START Input records
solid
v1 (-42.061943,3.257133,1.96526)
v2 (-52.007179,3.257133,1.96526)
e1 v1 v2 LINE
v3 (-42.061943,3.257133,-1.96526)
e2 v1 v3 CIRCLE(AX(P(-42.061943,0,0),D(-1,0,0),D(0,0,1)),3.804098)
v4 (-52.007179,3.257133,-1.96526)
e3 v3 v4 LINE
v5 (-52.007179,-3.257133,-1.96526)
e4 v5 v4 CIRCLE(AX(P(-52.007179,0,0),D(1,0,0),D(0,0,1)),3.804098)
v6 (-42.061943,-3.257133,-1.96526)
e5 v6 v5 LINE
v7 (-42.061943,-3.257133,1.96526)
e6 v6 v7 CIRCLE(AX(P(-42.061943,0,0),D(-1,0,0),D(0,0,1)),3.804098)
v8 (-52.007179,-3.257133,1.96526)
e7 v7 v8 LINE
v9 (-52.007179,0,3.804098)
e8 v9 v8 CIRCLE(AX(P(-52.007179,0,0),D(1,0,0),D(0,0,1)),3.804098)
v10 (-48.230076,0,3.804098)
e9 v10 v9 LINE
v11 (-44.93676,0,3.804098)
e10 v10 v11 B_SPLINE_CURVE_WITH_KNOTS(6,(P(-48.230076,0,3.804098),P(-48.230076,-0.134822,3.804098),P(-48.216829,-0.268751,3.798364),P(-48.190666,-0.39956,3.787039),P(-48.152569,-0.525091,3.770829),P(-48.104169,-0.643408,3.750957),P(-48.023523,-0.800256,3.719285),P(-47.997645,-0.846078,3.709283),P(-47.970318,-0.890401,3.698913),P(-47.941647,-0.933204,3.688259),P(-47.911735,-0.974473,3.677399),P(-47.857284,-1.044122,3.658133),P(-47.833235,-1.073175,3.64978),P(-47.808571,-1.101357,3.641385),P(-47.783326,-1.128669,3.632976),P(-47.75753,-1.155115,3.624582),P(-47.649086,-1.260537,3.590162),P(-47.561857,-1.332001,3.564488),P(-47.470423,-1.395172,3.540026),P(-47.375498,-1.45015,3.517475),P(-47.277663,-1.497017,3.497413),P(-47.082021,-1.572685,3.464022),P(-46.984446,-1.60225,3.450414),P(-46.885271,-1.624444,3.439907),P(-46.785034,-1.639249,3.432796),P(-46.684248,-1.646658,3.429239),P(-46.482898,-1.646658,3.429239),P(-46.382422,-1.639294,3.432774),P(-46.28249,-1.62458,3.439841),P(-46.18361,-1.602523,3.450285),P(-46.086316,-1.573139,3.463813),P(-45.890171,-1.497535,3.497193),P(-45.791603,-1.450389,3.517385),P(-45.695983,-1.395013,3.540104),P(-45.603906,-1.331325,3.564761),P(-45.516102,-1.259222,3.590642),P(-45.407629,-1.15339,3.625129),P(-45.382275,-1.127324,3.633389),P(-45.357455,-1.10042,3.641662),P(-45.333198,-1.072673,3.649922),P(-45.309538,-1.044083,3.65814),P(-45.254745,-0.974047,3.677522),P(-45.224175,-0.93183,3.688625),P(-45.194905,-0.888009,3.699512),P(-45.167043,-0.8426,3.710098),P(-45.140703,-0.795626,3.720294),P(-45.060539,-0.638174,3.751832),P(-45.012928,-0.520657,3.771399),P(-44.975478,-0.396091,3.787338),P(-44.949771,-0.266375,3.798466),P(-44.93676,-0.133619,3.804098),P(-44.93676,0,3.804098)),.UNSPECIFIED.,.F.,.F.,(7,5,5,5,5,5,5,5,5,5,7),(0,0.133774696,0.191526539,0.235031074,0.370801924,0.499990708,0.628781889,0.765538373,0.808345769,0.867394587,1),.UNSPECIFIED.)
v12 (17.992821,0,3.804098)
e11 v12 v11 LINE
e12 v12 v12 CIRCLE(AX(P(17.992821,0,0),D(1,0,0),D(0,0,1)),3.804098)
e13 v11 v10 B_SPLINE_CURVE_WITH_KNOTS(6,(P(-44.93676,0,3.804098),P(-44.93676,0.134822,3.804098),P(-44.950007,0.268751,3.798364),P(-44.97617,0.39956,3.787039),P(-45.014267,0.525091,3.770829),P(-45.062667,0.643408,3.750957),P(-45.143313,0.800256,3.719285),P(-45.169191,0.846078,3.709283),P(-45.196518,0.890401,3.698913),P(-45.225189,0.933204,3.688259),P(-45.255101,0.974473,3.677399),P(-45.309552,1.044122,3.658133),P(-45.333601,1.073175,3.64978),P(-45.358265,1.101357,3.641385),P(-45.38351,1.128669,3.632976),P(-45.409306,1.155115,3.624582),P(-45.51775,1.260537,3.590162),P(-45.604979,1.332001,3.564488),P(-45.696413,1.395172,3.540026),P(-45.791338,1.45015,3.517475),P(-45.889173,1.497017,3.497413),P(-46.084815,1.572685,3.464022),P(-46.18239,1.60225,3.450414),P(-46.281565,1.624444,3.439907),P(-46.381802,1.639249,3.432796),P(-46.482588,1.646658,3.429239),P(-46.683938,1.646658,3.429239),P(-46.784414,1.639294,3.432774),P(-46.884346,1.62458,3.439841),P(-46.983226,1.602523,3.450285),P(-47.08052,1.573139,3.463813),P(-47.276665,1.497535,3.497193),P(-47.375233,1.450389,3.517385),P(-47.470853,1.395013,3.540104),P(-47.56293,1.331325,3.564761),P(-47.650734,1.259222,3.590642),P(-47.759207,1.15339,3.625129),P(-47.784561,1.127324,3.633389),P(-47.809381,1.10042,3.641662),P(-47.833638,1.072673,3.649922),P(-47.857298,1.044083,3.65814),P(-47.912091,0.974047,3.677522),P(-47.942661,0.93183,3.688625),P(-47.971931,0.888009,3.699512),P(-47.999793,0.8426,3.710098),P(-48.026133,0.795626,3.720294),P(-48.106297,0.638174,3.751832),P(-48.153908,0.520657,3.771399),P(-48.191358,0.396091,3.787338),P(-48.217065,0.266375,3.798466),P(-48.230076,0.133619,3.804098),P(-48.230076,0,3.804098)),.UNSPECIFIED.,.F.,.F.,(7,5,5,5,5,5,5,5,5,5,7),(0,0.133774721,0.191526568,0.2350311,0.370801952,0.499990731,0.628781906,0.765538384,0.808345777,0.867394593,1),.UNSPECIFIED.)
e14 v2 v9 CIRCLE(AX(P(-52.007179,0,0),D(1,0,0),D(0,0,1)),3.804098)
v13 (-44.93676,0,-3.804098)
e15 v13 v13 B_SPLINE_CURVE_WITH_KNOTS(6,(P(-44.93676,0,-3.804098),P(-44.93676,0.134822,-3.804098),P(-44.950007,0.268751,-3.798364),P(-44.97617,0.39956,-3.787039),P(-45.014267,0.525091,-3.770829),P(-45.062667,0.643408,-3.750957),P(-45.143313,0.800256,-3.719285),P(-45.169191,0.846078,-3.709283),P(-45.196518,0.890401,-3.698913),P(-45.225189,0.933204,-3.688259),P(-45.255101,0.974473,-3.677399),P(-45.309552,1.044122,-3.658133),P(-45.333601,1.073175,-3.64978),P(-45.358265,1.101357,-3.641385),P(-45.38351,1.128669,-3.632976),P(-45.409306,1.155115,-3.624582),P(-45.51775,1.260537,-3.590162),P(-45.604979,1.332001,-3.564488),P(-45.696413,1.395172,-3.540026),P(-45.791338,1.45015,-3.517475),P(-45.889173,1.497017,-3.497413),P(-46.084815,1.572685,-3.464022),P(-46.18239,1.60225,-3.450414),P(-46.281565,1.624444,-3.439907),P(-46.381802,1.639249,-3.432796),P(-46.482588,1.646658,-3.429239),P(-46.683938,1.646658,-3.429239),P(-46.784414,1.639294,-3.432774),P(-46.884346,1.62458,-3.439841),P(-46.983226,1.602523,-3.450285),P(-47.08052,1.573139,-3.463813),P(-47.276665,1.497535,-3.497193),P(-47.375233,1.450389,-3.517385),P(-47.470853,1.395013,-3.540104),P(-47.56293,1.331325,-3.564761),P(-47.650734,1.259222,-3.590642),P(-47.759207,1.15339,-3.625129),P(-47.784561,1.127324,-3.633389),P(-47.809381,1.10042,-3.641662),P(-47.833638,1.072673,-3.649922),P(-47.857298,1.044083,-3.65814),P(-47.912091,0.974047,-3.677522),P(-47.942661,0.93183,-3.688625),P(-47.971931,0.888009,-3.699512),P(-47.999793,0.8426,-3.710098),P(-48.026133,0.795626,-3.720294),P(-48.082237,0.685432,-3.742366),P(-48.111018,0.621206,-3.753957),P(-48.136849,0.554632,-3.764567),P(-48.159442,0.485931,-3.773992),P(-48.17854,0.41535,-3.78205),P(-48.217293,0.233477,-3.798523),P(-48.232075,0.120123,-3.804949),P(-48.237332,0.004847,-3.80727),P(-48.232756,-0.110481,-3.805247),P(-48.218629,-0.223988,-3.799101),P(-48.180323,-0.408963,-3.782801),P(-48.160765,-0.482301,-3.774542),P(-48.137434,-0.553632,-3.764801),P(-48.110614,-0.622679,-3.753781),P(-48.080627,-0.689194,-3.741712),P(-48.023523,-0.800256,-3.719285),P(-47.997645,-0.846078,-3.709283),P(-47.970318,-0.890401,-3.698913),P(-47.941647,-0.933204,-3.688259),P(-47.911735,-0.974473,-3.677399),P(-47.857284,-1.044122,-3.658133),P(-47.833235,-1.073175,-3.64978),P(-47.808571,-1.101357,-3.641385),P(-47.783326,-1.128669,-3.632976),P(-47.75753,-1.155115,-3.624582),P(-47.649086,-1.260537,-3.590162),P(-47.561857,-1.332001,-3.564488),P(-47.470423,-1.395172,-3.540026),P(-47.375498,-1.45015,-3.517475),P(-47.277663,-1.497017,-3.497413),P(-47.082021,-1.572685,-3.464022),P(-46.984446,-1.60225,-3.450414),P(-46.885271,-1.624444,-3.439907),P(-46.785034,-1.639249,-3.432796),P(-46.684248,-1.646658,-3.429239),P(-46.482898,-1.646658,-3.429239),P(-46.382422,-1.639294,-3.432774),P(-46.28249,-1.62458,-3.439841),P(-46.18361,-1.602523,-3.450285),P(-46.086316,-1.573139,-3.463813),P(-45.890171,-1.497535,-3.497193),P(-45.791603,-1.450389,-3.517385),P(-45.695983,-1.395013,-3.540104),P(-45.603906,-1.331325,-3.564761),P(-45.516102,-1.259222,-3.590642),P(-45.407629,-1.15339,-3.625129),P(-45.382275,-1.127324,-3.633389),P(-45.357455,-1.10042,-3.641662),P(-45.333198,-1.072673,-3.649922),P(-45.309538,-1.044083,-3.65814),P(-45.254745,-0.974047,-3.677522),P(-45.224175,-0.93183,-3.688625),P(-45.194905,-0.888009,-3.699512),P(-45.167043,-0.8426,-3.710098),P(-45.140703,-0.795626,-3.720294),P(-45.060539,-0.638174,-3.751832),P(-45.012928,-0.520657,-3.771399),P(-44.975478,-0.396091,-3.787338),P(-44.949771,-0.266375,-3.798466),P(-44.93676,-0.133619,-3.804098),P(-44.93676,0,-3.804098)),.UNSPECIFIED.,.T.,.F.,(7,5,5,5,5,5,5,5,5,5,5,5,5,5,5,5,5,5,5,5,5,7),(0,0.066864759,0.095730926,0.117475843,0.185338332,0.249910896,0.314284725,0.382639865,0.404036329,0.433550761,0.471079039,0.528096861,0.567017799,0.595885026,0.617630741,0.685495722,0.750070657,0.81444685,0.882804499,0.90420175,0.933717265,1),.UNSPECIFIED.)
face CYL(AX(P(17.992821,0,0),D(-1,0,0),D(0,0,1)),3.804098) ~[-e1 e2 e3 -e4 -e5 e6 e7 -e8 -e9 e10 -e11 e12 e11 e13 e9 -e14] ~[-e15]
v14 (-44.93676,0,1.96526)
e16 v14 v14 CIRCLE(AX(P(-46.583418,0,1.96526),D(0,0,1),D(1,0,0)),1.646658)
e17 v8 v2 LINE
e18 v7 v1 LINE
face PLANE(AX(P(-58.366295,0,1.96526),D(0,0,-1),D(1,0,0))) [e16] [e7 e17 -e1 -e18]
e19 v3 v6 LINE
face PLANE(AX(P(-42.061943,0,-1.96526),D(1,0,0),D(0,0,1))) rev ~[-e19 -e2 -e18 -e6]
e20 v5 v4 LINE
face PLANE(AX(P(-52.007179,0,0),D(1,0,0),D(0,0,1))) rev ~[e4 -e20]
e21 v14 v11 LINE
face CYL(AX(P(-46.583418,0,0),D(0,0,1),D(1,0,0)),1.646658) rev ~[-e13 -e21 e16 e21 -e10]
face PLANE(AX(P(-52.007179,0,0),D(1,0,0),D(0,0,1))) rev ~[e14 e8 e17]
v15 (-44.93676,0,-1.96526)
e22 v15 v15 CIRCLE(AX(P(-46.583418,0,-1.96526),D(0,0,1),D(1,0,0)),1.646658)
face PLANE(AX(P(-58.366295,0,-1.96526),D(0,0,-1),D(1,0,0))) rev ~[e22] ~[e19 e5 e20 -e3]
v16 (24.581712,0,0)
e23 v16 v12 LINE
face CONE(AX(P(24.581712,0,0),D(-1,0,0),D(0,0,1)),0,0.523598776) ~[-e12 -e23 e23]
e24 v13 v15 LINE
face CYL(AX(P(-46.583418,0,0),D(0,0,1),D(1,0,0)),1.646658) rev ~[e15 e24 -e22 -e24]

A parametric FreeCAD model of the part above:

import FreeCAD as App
import Part
import Sketcher

V = App.Vector
Q = App.Units.Quantity


def add_polygon(sketch, points):
    """Adds a closed chain of lines whose ends are joined by coincident constraints."""
    first, n = sketch.GeometryCount, len(points)
    for a, b in zip(points, points[1:] + points[:1]):
        sketch.addGeometry(Part.LineSegment(App.Vector(*a, 0), App.Vector(*b, 0)), False)
    for i in range(n):
        sketch.addConstraint(Sketcher.Constraint("Coincident", first + i, 2, first + (i + 1) % n, 1))

doc = App.newDocument("Part")
body = doc.addObject("PartDesign::Body", "Body")

# Sketch on XZ plane
sketch1 = body.newObject("Sketcher::SketchObject", "Sketch")
sketch1.AttachmentSupport = (doc.getObject("XZ_Plane"), [""])
sketch1.MapMode = "FlatFace"
add_polygon(sketch1, [(-52.007179, 3.804098), (-52.007179, 0), (24.581712, 0), (17.992821, 3.804098)])  # lines 0-3
sketch1.addConstraint([
    Sketcher.Constraint("Vertical", 0),
    Sketcher.Constraint("Horizontal", 1),
    Sketcher.Constraint("Horizontal", 3),
    Sketcher.Constraint("PointOnObject", 0, 2, -1),
    Sketcher.Constraint("DistanceX", 3, 2, 3, 1, 70.0),
    Sketcher.Constraint("Angle", 2, Q("150 deg")),
    Sketcher.Constraint("DistanceY", 0, 2, 0, 1, 3.804098),
    Sketcher.Constraint("DistanceX", 0, 2, -1, 1, 52.007179),
])
revolution = body.newObject("PartDesign::Revolution", "Revolution")
revolution.Profile = sketch1
revolution.ReferenceAxis = (sketch1, ["H_Axis"])
revolution.Angle = 360

# Sketch on XZ plane
sketch2 = body.newObject("Sketcher::SketchObject", "Sketch001")
sketch2.AttachmentSupport = (doc.getObject("XZ_Plane"), [""])
sketch2.MapMode = "FlatFace"
add_polygon(sketch2, [(-58.366295, 1.96526), (-58.366295, -1.96526), (-42.061943, -1.96526), (-42.061943, 1.96526)])  # lines 0-3
sketch2.addConstraint([
    Sketcher.Constraint("Vertical", 0),
    Sketcher.Constraint("Horizontal", 1),
    Sketcher.Constraint("Vertical", 2),
    Sketcher.Constraint("Horizontal", 3),
    Sketcher.Constraint("DistanceX", 1, 1, 1, 2, 16.304351),
    Sketcher.Constraint("DistanceY", 0, 2, 0, 1, 3.93052),
    Sketcher.Constraint("DistanceY", 0, 2, -1, 1, 1.96526),
    Sketcher.Constraint("DistanceX", 0, 2, -1, 1, 58.366295),
])
pocket1 = body.newObject("PartDesign::Pocket", "Pocket")
pocket1.Profile = sketch2
pocket1.Length = 50.8
pocket1.Midplane = True

# Sketch on XY plane
sketch3 = body.newObject("Sketcher::SketchObject", "Sketch002")
sketch3.AttachmentSupport = (doc.getObject("XY_Plane"), [""])
sketch3.MapMode = "FlatFace"
sketch3.addGeometry(Part.Circle(V(-46.583418, 0, 0), V(0, 0, 1), 1.646658), False)
sketch3.addConstraint([
    Sketcher.Constraint("PointOnObject", 0, 3, -1),
    Sketcher.Constraint("Diameter", 0, 3.293316),
    Sketcher.Constraint("DistanceX", 0, 3, -1, 1, 46.583418),
])
pocket2 = body.newObject("PartDesign::Pocket", "Pocket001")
pocket2.Profile = sketch3
pocket2.Length = 50.8
pocket2.Midplane = True

doc.recompute()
END Input records
Problem to work on:
From the records above, extract exactly and only the lines that begin at the line with "e23 v16 v12 LINE" and stop after the line with "A parametric FreeCAD".

Completed exercise:
e23 v16 v12 LINE
face CONE(AX(P(24.581712,0,0),D(-1,0,0),D(0,0,1)),0,0.523598776) ~[-e12 -e23 e23]
e24 v13 v15 LINE
face CYL(AX(P(-46.583418,0,0),D(0,0,1),D(1,0,0)),1.646658) rev ~[e15 e24 -e22 -e24]

A parametric FreeCAD model of the part above:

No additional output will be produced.